= 2005 BBC strike =

The 2005 BBC strike was a strike of more than 11,000 BBC workers over a proposal to cut 4,000 jobs and to privatise parts of the BBC under the management of Mark Thompson. Much of the BBC's regular programming was affected, with many programmes being replaced with pre-recordings, and some being halted altogether, with those that remained suffering in quality due to the striking of many technical workers.

== Background ==
The BBC was fragile, facing competition from other digital and cable broadcasting companies. The BBC is funded primarily by a television license and must convince the government to keep the license. At the time it needed to also convince the government to renew its government charter, which would expire the following year. The BBC was also facing conflict with the government at the time, after the BBC's unfavourable coverage of the Iraq War in 2003. An investigation led by Lord Hutton, a former judge, found that the BBC misrepresented the government's position on the war and engaged in sloppy reporting.
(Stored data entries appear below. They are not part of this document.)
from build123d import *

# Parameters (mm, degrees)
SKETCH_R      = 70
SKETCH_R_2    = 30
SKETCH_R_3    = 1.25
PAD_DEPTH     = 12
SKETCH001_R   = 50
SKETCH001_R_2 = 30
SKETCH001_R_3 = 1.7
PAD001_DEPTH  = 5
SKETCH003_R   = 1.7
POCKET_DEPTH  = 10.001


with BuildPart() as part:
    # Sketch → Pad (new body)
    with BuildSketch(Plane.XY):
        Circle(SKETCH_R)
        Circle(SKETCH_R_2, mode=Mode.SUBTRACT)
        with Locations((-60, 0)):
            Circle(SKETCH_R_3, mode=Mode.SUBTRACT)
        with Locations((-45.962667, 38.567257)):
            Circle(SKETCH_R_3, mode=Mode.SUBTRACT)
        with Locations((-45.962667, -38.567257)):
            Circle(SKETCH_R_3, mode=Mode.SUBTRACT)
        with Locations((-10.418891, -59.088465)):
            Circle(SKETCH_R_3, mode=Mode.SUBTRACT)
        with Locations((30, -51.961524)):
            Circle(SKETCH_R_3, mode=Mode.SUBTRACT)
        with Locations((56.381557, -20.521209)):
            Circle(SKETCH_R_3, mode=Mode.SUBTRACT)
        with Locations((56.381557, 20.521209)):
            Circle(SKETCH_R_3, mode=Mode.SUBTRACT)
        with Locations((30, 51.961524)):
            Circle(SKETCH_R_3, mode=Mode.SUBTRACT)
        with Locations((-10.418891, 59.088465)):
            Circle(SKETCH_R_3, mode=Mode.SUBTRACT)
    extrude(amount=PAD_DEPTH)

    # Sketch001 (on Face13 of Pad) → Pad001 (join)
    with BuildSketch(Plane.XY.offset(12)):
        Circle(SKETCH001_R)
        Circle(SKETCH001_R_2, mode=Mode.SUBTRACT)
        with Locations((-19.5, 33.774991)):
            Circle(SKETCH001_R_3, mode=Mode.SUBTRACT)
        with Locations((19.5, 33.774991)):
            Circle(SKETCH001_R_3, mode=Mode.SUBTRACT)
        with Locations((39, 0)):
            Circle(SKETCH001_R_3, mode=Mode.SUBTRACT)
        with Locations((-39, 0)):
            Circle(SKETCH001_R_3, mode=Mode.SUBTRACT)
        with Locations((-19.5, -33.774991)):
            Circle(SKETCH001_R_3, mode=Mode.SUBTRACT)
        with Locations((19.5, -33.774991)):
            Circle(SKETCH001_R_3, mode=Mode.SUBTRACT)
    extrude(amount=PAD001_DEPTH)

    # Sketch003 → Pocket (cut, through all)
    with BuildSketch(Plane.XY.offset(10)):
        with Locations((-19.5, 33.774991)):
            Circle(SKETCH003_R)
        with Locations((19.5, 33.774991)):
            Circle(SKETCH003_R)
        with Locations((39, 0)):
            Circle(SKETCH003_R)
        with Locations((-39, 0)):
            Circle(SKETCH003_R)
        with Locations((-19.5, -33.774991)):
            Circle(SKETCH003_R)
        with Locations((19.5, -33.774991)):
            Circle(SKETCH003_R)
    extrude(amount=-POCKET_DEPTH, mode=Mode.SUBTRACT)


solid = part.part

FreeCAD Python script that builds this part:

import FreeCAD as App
import Part
import Sketcher

doc = App.newDocument("Part")
body = doc.addObject("PartDesign::Body", "Body")

sketch1 = body.newObject("Sketcher::SketchObject", "Sketch")
sketch1.AttachmentSupport = (doc.getObject("XY_Plane"), [""])
sketch1.MapMode = "FlatFace"
sketch1.addGeometry([
    Part.Circle(App.Vector(0, 0, 0), App.Vector(0, 0, 1), 70),
    Part.Circle(App.Vector(-46, -38.6, 0), App.Vector(0, 0, 1), 1.2),
    Part.Circle(App.Vector(-10.4, -59.1, 0), App.Vector(0, 0, 1), 1.2),
    Part.Circle(App.Vector(-60, 0, 0), App.Vector(0, 0, 1), 1.2),
    Part.Circle(App.Vector(30, -52, 0), App.Vector(0, 0, 1), 1.2),
    Part.Circle(App.Vector(0, 0, 0), App.Vector(0, 0, 1), 30),
    Part.Circle(App.Vector(56.4, -20.5, 0), App.Vector(0, 0, 1), 1.2),
    Part.Circle(App.Vector(-46, 38.6, 0), App.Vector(0, 0, 1), 1.2),
    Part.Circle(App.Vector(-10.4, 59.1, 0), App.Vector(0, 0, 1), 1.2),
    Part.Circle(App.Vector(56.4, 20.5, 0), App.Vector(0, 0, 1), 1.2),
    Part.Circle(App.Vector(30, 52, 0), App.Vector(0, 0, 1), 1.2),
], False)
sketch1.addConstraint([
    Sketcher.Constraint("Coincident", 0, 3, -1, 1),
    Sketcher.Constraint("Coincident", 5, 3, -1, 1),
    Sketcher.Constraint("Equal", 1, 2),
    Sketcher.Constraint("Equal", 2, 3),
    Sketcher.Constraint("Equal", 3, 4),
    Sketcher.Constraint("Equal", 4, 6),
    Sketcher.Constraint("Equal", 6, 7),
    Sketcher.Constraint("Equal", 7, 8),
    Sketcher.Constraint("Equal", 8, 9),
    Sketcher.Constraint("Equal", 9, 10),
    Sketcher.Constraint("Symmetric", 1, 3, 7, 3, -1),
    Sketcher.Constraint("Symmetric", 2, 3, 8, 3, -1),
    Sketcher.Constraint("Symmetric", 6, 3, 9, 3, -1),
    Sketcher.Constraint("Symmetric", 4, 3, 10, 3, -1),
    Sketcher.Constraint("PointOnObject", 3, 3, -1),
    Sketcher.Constraint("Diameter", 0, 140.0),
    Sketcher.Constraint("Diameter", 5, 60.0),
    Sketcher.Constraint("Diameter", 1, 2.5),
    Sketcher.Constraint("DistanceX", 3, 3, -1, 1, 60.0),
    Sketcher.Constraint("DistanceX", -1, 1, 4, 3, 30.0),
    Sketcher.Constraint("DistanceX", 2, 3, -1, 1, 10.418891),
    Sketcher.Constraint("DistanceY", 6, 3, -1, 1, 20.521209),
    Sketcher.Constraint("DistanceY", 2, 3, 1, 3, 20.521208),
    Sketcher.Constraint("DistanceY", 2, 3, 4, 3, 7.126941),
    Sketcher.Constraint("DistanceX", 2, 3, 6, 3, 66.800448),
    Sketcher.Constraint("DistanceY", 2, 3, 7, 3, 97.655722),
    Sketcher.Constraint("DistanceX", 1, 3, -1, 1, 45.962667),
])
pad1 = body.newObject("PartDesign::Pad", "Pad")
pad1.Profile = sketch1
pad1.Length = 12

sketch2 = body.newObject("Sketcher::SketchObject", "Sketch001")
sketch2.AttachmentSupport = (doc.getObject("XY_Plane"), [""])
sketch2.MapMode = "FlatFace"
sketch2.AttachmentOffset = App.Placement(App.Vector(0, 0, 12), App.Rotation())
sketch2.addGeometry([
    Part.Circle(App.Vector(0, 0, 0), App.Vector(0, 0, 1), 50),
    Part.Circle(App.Vector(-19.5, -33.8, 0), App.Vector(0, 0, 1), 1.7),
    Part.Circle(App.Vector(19.5, -33.8, 0), App.Vector(0, 0, 1), 1.7),
    Part.Circle(App.Vector(-39, 0, 0), App.Vector(0, 0, 1), 1.7),
    Part.Circle(App.Vector(-19.5, 33.8, 0), App.Vector(0, 0, 1), 1.7),
    Part.Circle(App.Vector(0, 0, 0), App.Vector(0, 0, 1), 30),
    Part.Circle(App.Vector(39, 0, 0), App.Vector(0, 0, 1), 1.7),
    Part.Circle(App.Vector(19.5, 33.8, 0), App.Vector(0, 0, 1), 1.7),
], False)
sketch2.addConstraint([
    Sketcher.Constraint("Coincident", 0, 3, -1, 1),
    Sketcher.Constraint("Coincident", 5, 3, -1, 1),
    Sketcher.Constraint("Equal", 1, 2),
    Sketcher.Constraint("Equal", 2, 3),
    Sketcher.Constraint("Equal", 3, 4),
    Sketcher.Constraint("Equal", 4, 6),
    Sketcher.Constraint("Equal", 6, 7),
    Sketcher.Constraint("Symmetric", 2, 3, 4, 3, -1, 1),
    Sketcher.Constraint("Symmetric", 3, 3, 6, 3, -1, 1),
    Sketcher.Constraint("Symmetric", 1, 3, 7, 3, -1, 1),
    Sketcher.Constraint("Symmetric", 1, 3, 2, 3, -2),
    Sketcher.Constraint("PointOnObject", 3, 3, -1),
    Sketcher.Constraint("Diameter", 0, 100.0),
    Sketcher.Constraint("Diameter", 5, 60.0),
    Sketcher.Constraint("Diameter", 1, 3.4),
    Sketcher.Constraint("DistanceX", 3, 3, -1, 1, 39.0),
    Sketcher.Constraint("DistanceX", 1, 3, 2, 3, 39.0),
    Sketcher.Constraint("DistanceY", 1, 3, -1, 1, 33.774991),
])
pad2 = body.newObject("PartDesign::Pad", "Pad001")
pad2.Profile = sketch2
pad2.Length = 5

sketch3 = body.newObject("Sketcher::SketchObject", "Sketch002")
sketch3.AttachmentSupport = (doc.getObject("XY_Plane"), [""])
sketch3.MapMode = "FlatFace"
sketch3.AttachmentOffset = App.Placement(App.Vector(0, 0, 10), App.Rotation())
sketch3.addGeometry([
    Part.Circle(App.Vector(-19.5, 33.8, 0), App.Vector(0, 0, 1), 1.7),
    Part.Circle(App.Vector(19.5, 33.8, 0), App.Vector(0, 0, 1), 1.7),
    Part.Circle(App.Vector(39, 0, 0), App.Vector(0, 0, 1), 1.7),
    Part.Circle(App.Vector(-39, 0, 0), App.Vector(0, 0, 1), 1.7),
    Part.Circle(App.Vector(-19.5, -33.8, 0), App.Vector(0, 0, 1), 1.7),
    Part.Circle(App.Vector(19.5, -33.8, 0), App.Vector(0, 0, 1), 1.7),
], False)
sketch3.addConstraint([
    Sketcher.Constraint("Equal", 0, 1),
    Sketcher.Constraint("Equal", 1, 2),
    Sketcher.Constraint("Equal", 2, 3),
    Sketcher.Constraint("Equal", 3, 4),
    Sketcher.Constraint("Equal", 4, 5),
    Sketcher.Constraint("Symmetric", 2, 3, 3, 3, -1, 1),
    Sketcher.Constraint("Symmetric", 1, 3, 4, 3, -1, 1),
    Sketcher.Constraint("Symmetric", 0, 3, 5, 3, -1, 1),
    Sketcher.Constraint("Symmetric", 0, 3, 1, 3, -2),
    Sketcher.Constraint("PointOnObject", 2, 3, -1),
    Sketcher.Constraint("Diameter", 0, 3.4),
    Sketcher.Constraint("DistanceX", -1, 1, 2, 3, 39.0),
    Sketcher.Constraint("DistanceX", 0, 3, 1, 3, 39.0),
    Sketcher.Constraint("DistanceY", -1, 1, 0, 3, 33.774991),
])
pocket1 = body.newObject("PartDesign::Pocket", "Pocket")
pocket1.Profile = sketch3
pocket1.Type = "ThroughAll"

doc.recompute()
Despite containing valid criticism of the BBC, the report was viewed by other sections of the media as an "establishment whitewash" – caused the BBC's chairman and director general to resign.

Mark Thompson was appointed as the new BBC director to replace those who resigned. In order to restore the BBC's reputation and reform it for the digital age, he cut budgets by 15% across the board and removed 3,780 jobs. This would have saved about £355 million (US$642 million) to reinvest in new programmes. This caused anger across the BBC, and many workers went on strike.